Though these seismic shifts won’t happen overnight—“outside of pandemics, medicine moves slowly,” Brown says — it’s still remarkable what they’ve achieved so far.
What made Brown believe that this therapy was something special — that “we’re living just a few minutes after the Big Bang,” as he puts it —are the statistics.
“It’s very common for us to read results from clinical trials of new drugs and you have to squint to see the difference,” he says. “You read how the drug extended the life of sick patients from a six-month survival to an eight-month survival.”
But with CAR-T, he says, the numbers are more startling. “They’re reporting remissions of more than a year, and you don’t have to be a radiologist to see the differences. The tumor masses hadn’t just shrunk, they were completely gone from these patients.”
For Wolcott, who’s now 22 and living with his wife—whom he met soon after he got sick — in Greensboro, NC, he’s still in shock that the cancer he thought would kill him remains (for the moment) in his rear-view mirror.

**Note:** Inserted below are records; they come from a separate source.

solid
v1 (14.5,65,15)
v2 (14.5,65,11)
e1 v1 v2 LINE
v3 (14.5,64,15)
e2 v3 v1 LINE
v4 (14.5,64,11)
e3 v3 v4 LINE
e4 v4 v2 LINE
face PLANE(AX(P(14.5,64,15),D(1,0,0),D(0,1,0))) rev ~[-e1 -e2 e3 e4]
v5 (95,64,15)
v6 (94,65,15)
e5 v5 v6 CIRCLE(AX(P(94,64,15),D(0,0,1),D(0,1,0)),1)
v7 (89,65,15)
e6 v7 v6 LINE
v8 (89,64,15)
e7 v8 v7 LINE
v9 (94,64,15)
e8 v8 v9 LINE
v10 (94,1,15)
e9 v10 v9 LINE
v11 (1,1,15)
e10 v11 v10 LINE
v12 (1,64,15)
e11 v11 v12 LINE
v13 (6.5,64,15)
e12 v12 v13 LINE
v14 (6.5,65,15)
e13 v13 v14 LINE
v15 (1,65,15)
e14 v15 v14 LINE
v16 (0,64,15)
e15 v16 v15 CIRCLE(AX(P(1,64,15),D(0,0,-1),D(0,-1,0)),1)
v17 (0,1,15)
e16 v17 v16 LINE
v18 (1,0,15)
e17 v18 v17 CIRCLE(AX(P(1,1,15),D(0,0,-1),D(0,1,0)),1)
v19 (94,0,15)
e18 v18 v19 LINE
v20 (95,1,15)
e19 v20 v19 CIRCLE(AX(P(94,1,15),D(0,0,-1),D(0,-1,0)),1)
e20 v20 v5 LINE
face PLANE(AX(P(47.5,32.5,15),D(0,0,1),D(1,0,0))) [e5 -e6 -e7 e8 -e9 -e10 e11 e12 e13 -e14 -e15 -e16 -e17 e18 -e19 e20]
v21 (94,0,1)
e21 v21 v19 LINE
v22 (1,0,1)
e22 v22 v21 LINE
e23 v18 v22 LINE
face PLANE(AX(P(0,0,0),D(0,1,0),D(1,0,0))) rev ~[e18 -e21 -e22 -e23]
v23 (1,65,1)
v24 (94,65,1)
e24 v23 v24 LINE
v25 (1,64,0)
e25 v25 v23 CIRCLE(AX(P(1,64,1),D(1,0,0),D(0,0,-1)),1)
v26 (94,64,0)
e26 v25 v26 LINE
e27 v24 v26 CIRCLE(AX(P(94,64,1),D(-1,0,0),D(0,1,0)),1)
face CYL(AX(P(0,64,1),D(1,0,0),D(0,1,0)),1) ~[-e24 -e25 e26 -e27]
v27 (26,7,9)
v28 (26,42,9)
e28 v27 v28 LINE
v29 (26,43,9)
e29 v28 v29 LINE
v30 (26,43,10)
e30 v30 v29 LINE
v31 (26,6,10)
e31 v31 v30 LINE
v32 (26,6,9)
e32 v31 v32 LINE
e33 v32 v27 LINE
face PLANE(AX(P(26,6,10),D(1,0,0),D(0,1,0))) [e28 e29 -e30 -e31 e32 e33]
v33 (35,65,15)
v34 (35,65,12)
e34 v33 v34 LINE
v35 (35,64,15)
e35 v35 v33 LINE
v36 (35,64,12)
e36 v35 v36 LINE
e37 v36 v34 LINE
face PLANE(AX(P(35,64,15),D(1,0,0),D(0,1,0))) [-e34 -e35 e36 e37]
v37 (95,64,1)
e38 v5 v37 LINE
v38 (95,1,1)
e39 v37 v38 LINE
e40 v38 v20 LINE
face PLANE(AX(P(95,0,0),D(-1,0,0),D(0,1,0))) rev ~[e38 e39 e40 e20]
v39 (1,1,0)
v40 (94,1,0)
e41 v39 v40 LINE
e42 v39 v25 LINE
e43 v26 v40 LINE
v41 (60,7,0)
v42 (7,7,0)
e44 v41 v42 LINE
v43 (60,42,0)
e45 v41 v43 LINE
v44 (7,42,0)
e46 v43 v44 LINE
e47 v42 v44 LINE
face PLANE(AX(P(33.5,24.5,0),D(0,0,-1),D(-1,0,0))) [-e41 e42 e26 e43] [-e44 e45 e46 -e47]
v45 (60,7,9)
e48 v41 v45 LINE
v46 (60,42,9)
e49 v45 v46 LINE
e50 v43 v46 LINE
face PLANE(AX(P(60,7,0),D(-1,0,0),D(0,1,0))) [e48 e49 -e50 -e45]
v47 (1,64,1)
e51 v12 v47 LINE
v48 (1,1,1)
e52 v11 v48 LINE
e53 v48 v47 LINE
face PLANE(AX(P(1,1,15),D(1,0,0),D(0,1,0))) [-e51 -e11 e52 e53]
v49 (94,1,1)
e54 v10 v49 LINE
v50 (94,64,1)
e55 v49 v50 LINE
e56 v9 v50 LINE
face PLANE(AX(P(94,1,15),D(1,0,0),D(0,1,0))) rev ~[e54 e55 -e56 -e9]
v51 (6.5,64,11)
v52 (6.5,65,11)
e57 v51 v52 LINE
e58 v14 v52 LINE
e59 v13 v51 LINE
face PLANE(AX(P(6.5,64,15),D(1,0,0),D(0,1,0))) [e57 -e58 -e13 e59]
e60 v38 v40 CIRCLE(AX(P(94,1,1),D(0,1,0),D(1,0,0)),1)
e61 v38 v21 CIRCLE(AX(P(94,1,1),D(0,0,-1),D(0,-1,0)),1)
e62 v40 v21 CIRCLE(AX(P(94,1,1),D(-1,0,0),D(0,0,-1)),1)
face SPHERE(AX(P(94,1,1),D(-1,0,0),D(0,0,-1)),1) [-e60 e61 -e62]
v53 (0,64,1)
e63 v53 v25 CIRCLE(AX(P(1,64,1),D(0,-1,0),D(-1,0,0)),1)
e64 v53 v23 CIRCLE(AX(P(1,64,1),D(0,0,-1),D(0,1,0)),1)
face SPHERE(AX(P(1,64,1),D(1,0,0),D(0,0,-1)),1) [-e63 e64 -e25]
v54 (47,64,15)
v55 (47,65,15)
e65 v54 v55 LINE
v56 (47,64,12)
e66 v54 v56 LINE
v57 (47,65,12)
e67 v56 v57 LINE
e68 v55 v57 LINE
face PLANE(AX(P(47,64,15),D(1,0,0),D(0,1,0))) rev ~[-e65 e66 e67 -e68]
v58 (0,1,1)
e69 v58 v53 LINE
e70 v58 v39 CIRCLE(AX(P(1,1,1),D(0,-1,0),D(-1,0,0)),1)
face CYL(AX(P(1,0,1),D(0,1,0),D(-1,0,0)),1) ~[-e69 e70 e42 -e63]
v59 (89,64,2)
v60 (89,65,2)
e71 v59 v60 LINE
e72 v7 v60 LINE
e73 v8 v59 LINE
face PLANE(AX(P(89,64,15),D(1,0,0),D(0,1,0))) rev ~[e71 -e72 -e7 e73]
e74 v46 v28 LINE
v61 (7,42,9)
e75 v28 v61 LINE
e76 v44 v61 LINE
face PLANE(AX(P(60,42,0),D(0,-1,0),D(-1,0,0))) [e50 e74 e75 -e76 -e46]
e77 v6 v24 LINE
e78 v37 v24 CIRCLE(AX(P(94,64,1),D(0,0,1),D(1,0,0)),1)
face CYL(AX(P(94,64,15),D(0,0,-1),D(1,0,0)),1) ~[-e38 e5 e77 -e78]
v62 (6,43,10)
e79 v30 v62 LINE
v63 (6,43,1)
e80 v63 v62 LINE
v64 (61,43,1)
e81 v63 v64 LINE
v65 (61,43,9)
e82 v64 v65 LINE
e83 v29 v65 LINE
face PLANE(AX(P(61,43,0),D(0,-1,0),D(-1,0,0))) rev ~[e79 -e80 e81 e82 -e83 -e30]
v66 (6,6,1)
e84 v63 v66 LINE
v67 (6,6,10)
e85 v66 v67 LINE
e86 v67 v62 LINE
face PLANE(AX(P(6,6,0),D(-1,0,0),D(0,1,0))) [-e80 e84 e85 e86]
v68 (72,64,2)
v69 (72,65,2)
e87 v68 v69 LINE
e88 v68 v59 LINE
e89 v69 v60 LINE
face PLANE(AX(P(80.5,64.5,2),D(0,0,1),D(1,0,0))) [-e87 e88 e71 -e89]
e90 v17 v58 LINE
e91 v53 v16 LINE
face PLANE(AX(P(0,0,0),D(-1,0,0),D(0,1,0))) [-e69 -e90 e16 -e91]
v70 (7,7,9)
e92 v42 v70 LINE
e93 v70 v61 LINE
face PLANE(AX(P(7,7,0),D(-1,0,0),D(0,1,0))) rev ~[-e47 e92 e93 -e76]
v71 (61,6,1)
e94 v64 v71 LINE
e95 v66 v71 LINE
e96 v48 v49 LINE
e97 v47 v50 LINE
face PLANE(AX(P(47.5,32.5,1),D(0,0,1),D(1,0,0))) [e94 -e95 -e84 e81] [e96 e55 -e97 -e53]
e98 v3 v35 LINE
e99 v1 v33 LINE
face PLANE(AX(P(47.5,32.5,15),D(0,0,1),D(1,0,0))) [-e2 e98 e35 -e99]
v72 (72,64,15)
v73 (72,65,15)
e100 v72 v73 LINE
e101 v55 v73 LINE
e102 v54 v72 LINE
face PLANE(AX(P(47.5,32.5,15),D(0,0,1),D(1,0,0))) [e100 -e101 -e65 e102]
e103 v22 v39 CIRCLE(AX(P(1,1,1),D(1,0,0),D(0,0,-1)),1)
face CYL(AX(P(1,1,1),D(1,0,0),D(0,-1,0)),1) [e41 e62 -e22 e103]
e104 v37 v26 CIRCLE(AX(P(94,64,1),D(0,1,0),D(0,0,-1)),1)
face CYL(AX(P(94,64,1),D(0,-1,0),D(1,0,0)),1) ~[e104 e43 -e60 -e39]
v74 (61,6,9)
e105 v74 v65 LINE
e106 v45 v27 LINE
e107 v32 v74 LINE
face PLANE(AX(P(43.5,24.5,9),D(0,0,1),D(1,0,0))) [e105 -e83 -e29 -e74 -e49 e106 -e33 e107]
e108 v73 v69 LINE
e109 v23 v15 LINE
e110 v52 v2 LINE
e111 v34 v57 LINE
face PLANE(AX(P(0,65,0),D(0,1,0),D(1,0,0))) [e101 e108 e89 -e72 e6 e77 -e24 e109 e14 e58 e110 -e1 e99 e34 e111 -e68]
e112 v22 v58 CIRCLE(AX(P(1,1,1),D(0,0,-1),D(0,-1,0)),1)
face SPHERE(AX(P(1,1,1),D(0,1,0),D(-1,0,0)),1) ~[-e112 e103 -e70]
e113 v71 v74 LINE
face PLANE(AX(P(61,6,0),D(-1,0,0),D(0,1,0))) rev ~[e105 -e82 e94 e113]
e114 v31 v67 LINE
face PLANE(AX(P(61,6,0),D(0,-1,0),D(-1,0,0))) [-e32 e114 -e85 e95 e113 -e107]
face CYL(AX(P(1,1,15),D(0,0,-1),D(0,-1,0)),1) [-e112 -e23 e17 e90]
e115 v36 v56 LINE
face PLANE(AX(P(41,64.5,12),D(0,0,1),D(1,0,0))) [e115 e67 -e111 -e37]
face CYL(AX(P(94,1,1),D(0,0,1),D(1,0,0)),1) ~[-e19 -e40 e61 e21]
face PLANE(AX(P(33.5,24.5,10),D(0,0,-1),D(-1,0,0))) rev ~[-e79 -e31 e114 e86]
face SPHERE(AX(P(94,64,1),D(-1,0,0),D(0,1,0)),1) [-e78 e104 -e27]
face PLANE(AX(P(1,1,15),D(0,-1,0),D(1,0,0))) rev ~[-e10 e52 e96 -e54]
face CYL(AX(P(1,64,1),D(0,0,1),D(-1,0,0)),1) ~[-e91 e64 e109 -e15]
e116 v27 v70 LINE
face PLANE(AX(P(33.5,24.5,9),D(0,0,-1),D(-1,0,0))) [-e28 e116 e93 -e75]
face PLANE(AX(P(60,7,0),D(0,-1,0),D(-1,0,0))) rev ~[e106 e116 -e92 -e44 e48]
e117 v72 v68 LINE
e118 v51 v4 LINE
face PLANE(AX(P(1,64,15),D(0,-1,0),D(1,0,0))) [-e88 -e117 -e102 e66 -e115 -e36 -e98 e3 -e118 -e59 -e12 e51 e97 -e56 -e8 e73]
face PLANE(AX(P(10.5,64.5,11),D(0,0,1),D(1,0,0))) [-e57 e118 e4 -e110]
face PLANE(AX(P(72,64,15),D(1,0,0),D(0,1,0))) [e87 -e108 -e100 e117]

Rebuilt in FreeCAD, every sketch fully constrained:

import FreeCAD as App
import Part
import Sketcher


def edges_at(feature, points):
    """Names of the edges that pass closest to the given points."""
    edges = feature.Shape.Edges
    near = lambda p: min(range(len(edges)), key=lambda i: edges[i].distToShape(Part.Vertex(*p))[0])
    return sorted({f"Edge{near(p) + 1}" for p in points})


def add_polygon(sketch, points):
    """Adds a closed chain of lines whose ends are joined by coincident constraints."""
    first, n = sketch.GeometryCount, len(points)
    for a, b in zip(points, points[1:] + points[:1]):
        sketch.addGeometry(Part.LineSegment(App.Vector(*a, 0), App.Vector(*b, 0)), False)
    for i in range(n):
        sketch.addConstraint(Sketcher.Constraint("Coincident", first + i, 2, first + (i + 1) % n, 1))

doc = App.newDocument("Part")
body = doc.addObject("PartDesign::Body", "Body")

sketch1 = body.newObject("Sketcher::SketchObject", "Sketch")
sketch1.AttachmentSupport = (doc.getObject("XY_Plane"), [""])
sketch1.MapMode = "FlatFace"
add_polygon(sketch1, [(0, 65), (0, 0), (95, 0), (95, 65)])
sketch1.addConstraint(Sketcher.Constraint("Vertical", 0))
sketch1.addConstraint(Sketcher.Constraint("Horizontal", 1))
sketch1.addConstraint(Sketcher.Constraint("Vertical", 2))
sketch1.addConstraint(Sketcher.Constraint("Horizontal", 3))
sketch1.addConstraint(Sketcher.Constraint("Coincident", 0, 2, -1, 1))
sketch1.addConstraint(Sketcher.Constraint("DistanceX", 1, 1, 1, 2, 95.0))
sketch1.addConstraint(Sketcher.Constraint("DistanceY", 0, 2, 0, 1, 65.0))
pad1 = body.newObject("PartDesign::Pad", "Pad")
pad1.Profile = sketch1
pad1.Length = 15

sketch2 = body.newObject("Sketcher::SketchObject", "Sketch001")
sketch2.AttachmentSupport = (doc.getObject("XY_Plane"), [""])
sketch2.MapMode = "FlatFace"
sketch2.AttachmentOffset = App.Placement(App.Vector(0, 0, 15), App.Rotation())
add_polygon(sketch2, [(1, 64), (1, 1), (94, 1), (94, 64)])
sketch2.addConstraint(Sketcher.Constraint("Vertical", 0))
sketch2.addConstraint(Sketcher.Constraint("Horizontal", 1))
sketch2.addConstraint(Sketcher.Constraint("Vertical", 2))
sketch2.addConstraint(Sketcher.Constraint("Horizontal", 3))
sketch2.addConstraint(Sketcher.Constraint("DistanceX", 1, 1, 1, 2, 93.0))
sketch2.addConstraint(Sketcher.Constraint("DistanceY", 0, 2, 0, 1, 63.0))
sketch2.addConstraint(Sketcher.Constraint("DistanceX", -1, 1, 0, 2, 1.0))
sketch2.addConstraint(Sketcher.Constraint("DistanceY", -1, 1, 0, 2, 1.0))
pocket1 = body.newObject("PartDesign::Pocket", "Pocket")
pocket1.Profile = sketch2
pocket1.Length = 14

sketch3 = body.newObject("Sketcher::SketchObject", "Sketch002")
sketch3.AttachmentSupport = (doc.getObject("XY_Plane"), [""])
sketch3.MapMode = "FlatFace"
sketch3.AttachmentOffset = App.Placement(App.Vector(0, 0, 15), App.Rotation())
add_polygon(sketch3, [(72, 65), (72, 64), (89, 64), (89, 65)])
sketch3.addConstraint(Sketcher.Constraint("Vertical", 0))
sketch3.addConstraint(Sketcher.Constraint("Horizontal", 1))
sketch3.addConstraint(Sketcher.Constraint("Vertical", 2))
sketch3.addConstraint(Sketcher.Constraint("Horizontal", 3))
sketch3.addConstraint(Sketcher.Constraint("DistanceX", 1, 1, 1, 2, 17.0))
sketch3.addConstraint(Sketcher.Constraint("DistanceY", 0, 2, 0, 1, 1.0))
sketch3.addConstraint(Sketcher.Constraint("DistanceX", -1, 1, 0, 2, 72.0))
sketch3.addConstraint(Sketcher.Constraint("DistanceY", -1, 1, 0, 2, 64.0))
pocket2 = body.newObject("PartDesign::Pocket", "Pocket001")
pocket2.Profile = sketch3
pocket2.Length = 13
doc.recompute()

fillet = body.newObject("PartDesign::Fillet", "Fillet")
fillet.Base = (pocket2, edges_at(pocket2, [(47.5, 65, 0)]))
fillet.Radius = 1
doc.recompute()

fillet2 = body.newObject("PartDesign::Fillet", "Fillet001")
fillet2.Base = (fillet, edges_at(fillet, [(0, 32, 0), (0, 64.707, 0.293), (0, 65, 8)]))
fillet2.Radius = 1
doc.recompute()

fillet3 = body.newObject("PartDesign::Fillet", "Fillet002")
fillet3.Base = (fillet2, edges_at(fillet2, [(48, 0, 0), (0.293, 0, 0.293), (0, 0, 8)]))
fillet3.Radius = 1
doc.recompute()

fillet4 = body.newObject("PartDesign::Fillet", "Fillet003")
fillet4.Base = (fillet3, edges_at(fillet3, [
    (95, 64.707, 0.293),
    (95, 32.5, 0),
    (95, 0.293, 0.293),
    (95, 65, 8),
    (95, 0, 8),
]))
fillet4.Radius = 1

“The day I found out I was officially in remission felt like the first day of my life,” he says.
To salute 1,000 days of being cancer-free, Wolcott celebrated with a trip in September to the Blue Ridge Rock Festival.
Standing and dancing for hours in the blazing Southern sun would’ve been unthinkable for Wolcott just a few years ago.
“There was a time during my treatment where I felt like I’d spend the rest of my life locked inside,” Wolcott says. “Every day that I’m alive and out in the world again, I feel grateful.”